Emotionally Astute Disaster Epic Greenland Enjoyably Ridiculous
If Roland Emmerich’s outlandishly overblown 2009 hit 2012 and Roar Uthaug’s 2015 critical darling The Wave got together and had a baby, it would probably look a lot like Ric Roman Waugh’s (Angel Has Fallen) goofy-if-grounded Gerard Butler disaster epic Greenland. Chris Sparling’s (The Sea of Trees) efficient script strips this end-of-the-world thriller down to its barest essentials, keeping things focused on one family’s perilous journey to survive while eschewing many of the typically cartoonish tropes the genre is known for.
On his son Nathan’s (Roger Dale Floyd) birthday, structural engineer John Garrity (Butler) receives an alert claiming to be from the federal government. He, his estranged wife Allison (Morena Baccarin) and his little boy are to immediately leave their home, head to a nearby airport and be processed for emergency evacuation to an undisclosed location.
Initially thinking this must be a bad joke, the family quickly changes their tune when they see the breaking news. A fragment from a passing, initially thought to be harmless comet has made impact and the devastation is massive. Worse, it’s only a small taste of what is to come, larger pieces, including one which is being dubbed as a potential planet killer, all going to be hitting the planet over the coming days.
It’s not exactly shocking where things go next. For a variety of reasons which are essential to keep tensions high and the plot purposefully convoluted, Allison and Nathan will not make their scheduled flight and John will only find that out seconds before all heck breaks loose. Separated, the family will race to Allison’s father’s farm to hopefully reunite, encountering several increasingly perilous obstacles along the way. Once brought back together, they will learn the location of where the government is relocating everyone and will make one final dash to get there before the comet’s debris makes the surface of the Earth a desolate unlivable nightmare.

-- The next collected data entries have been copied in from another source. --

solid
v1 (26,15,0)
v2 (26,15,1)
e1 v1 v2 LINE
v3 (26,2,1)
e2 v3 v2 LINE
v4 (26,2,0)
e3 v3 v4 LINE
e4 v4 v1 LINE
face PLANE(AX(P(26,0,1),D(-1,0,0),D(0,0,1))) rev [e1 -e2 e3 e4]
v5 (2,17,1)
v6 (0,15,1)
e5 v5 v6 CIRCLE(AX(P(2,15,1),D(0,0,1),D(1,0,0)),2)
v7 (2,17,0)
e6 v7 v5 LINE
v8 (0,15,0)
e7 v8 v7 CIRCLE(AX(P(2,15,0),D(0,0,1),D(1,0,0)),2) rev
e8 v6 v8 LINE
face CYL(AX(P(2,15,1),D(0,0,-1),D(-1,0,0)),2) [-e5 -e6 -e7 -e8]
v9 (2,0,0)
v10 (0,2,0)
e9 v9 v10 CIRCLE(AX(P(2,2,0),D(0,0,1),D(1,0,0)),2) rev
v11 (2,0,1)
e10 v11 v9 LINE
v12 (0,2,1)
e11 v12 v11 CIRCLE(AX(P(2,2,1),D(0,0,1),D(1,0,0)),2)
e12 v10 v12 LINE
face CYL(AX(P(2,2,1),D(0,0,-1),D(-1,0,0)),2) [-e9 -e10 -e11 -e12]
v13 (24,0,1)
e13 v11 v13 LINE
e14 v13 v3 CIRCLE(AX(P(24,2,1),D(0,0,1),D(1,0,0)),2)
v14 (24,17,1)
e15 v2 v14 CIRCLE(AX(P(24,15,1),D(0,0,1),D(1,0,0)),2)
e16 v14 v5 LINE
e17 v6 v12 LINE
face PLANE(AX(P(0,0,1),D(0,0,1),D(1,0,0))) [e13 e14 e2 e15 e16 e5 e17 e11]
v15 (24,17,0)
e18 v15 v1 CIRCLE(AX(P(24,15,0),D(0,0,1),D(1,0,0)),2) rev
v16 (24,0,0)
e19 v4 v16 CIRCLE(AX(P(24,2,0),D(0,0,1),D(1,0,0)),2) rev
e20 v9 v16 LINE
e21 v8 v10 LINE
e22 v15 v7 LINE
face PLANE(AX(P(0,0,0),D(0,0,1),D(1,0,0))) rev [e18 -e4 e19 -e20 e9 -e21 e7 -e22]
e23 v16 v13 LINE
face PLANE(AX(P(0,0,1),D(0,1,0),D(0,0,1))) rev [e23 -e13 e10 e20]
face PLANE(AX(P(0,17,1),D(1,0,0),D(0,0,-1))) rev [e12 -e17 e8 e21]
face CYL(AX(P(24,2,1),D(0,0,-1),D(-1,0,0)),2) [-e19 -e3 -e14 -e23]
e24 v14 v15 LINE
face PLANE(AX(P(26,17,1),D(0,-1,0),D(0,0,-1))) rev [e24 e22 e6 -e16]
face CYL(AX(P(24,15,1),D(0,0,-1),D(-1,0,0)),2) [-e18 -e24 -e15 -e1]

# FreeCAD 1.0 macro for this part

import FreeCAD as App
import Part
import Sketcher
from FreeCAD import Vector
Q = App.Units.Quantity


def edges_at(feature, points):
    """Names of the edges that pass closest to the given points."""
    edges = feature.Shape.Edges
    near = lambda p: min(range(len(edges)), key=lambda i: edges[i].distToShape(Part.Vertex(*p))[0])
    return sorted({f"Edge{near(p) + 1}" for p in points})

doc = App.newDocument("Part")
body = doc.addObject("PartDesign::Body", "Body")

# Sketch on XY plane
sketch1 = body.newObject("Sketcher::SketchObject", "Sketch")
sketch1.AttachmentSupport = (doc.getObject("XY_Plane"), [""])
sketch1.MapMode = "FlatFace"
sketch1.addGeometry(Part.LineSegment(Vector(0, 17, 0), Vector(0, 0, 0)), False)
sketch1.addGeometry(Part.LineSegment(Vector(0, 0, 0), Vector(26, 0, 0)), False)
sketch1.addGeometry(Part.LineSegment(Vector(26, 0, 0), Vector(26, 17, 0)), False)
sketch1.addGeometry(Part.LineSegment(Vector(26, 17, 0), Vector(0, 17, 0)), False)
sketch1.addConstraint(Sketcher.Constraint("Coincident", 0, 2, 1, 1))
sketch1.addConstraint(Sketcher.Constraint("Coincident", 1, 2, 2, 1))
sketch1.addConstraint(Sketcher.Constraint("Coincident", 2, 2, 3, 1))
sketch1.addConstraint(Sketcher.Constraint("Coincident", 3, 2, 0, 1))
sketch1.addConstraint(Sketcher.Constraint("Vertical", 0))
sketch1.addConstraint(Sketcher.Constraint("Horizontal", 1))
sketch1.addConstraint(Sketcher.Constraint("Vertical", 2))
sketch1.addConstraint(Sketcher.Constraint("Horizontal", 3))
sketch1.addConstraint(Sketcher.Constraint("Coincident", 0, 2, -1, 1))
sketch1.addConstraint(Sketcher.Constraint("DistanceX", 1, 1, 1, 2, Q("26 mm")))
sketch1.addConstraint(Sketcher.Constraint("DistanceY", 0, 2, 0, 1, Q("17 mm")))
pad1 = body.newObject("PartDesign::Pad", "Pad")
pad1.Profile = sketch1
pad1.Length = 1
doc.recompute()

fillet = body.newObject("PartDesign::Fillet", "Fillet")
fillet.Base = (pad1, edges_at(pad1, [
    (0, 17, 0.5),
    (26, 17, 0.5),
    (26, 0, 0.5),
    (0, 0, 0.5),
]))
fillet.Radius = 2

doc.recompute()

What is startling is how effective all of this turns out to be. Sparling’s screenplay keeps the focus on the family and their relationships. When they are apart, we root for them to get back together. Once that happens, we find ourselves emotionally invested in their fight for survival. These are flesh and blood human beings and not stock caricatures typically found in big-budget Hollywood disaster flick tentpoles. While inhabiting characters well inside their respective wheelhouses, Butler and Baccarin are still strong in their roles, the former carrying things with the requisite gruff yet compassionate gravitas the story requires.
I think I was sold on the picture early on. There’s a magnificent scene of the Garritys leaving for the airport where one of their neighbors pleads for them to take their daughter, Nathan’s best friend, with them. It’s a heartbreaking sequence infused with a stark, unvarnished honesty these types of genre pictures typically avoid like the plague. Waugh plays down the inherent sensationalism of the moment and instead focuses on the tragic emotional truths driving John’s decisions, making the impact as they drive away all the more palpably upsetting.
It sets a tone for how things will play out from that point forward. Much like The Wave, it’s easy to become absorbed in even the more outlandish set pieces mainly because I felt so connected to the family. Granted, as we’re dealing with the end of the world, it’s not like Waugh eschews special effects-fueled spectacle and comically excessive visual pyrotechnics entirely. Not at all. But no matter how silly it all gets the reality of the situation for the family is rarely inauthentic, making the ridiculous stupidity even easier to digest.
Scott Glenn pops up in a key supporting role near the end of the second act, while composer David Buckley (Jason Bourne) provides a suitably atmospheric score overflowing in adrenaline. The effects work is solid if not spectacular, and while the frenetic finale works, it’s also a bit on the anticlimactic side if I’m being perfectly honest.
Not that it matters much. Greenland is a winner. Waugh has delivered one of the better major studio disaster epics I’ve seen in ages, imbuing it with enough heart, empathy and compassion that watching it in a 2020 featuring far too much actual grief, tragedy and despair ends up being satisfactorily worthwhile, a surprising turn of events I can’t say I saw coming.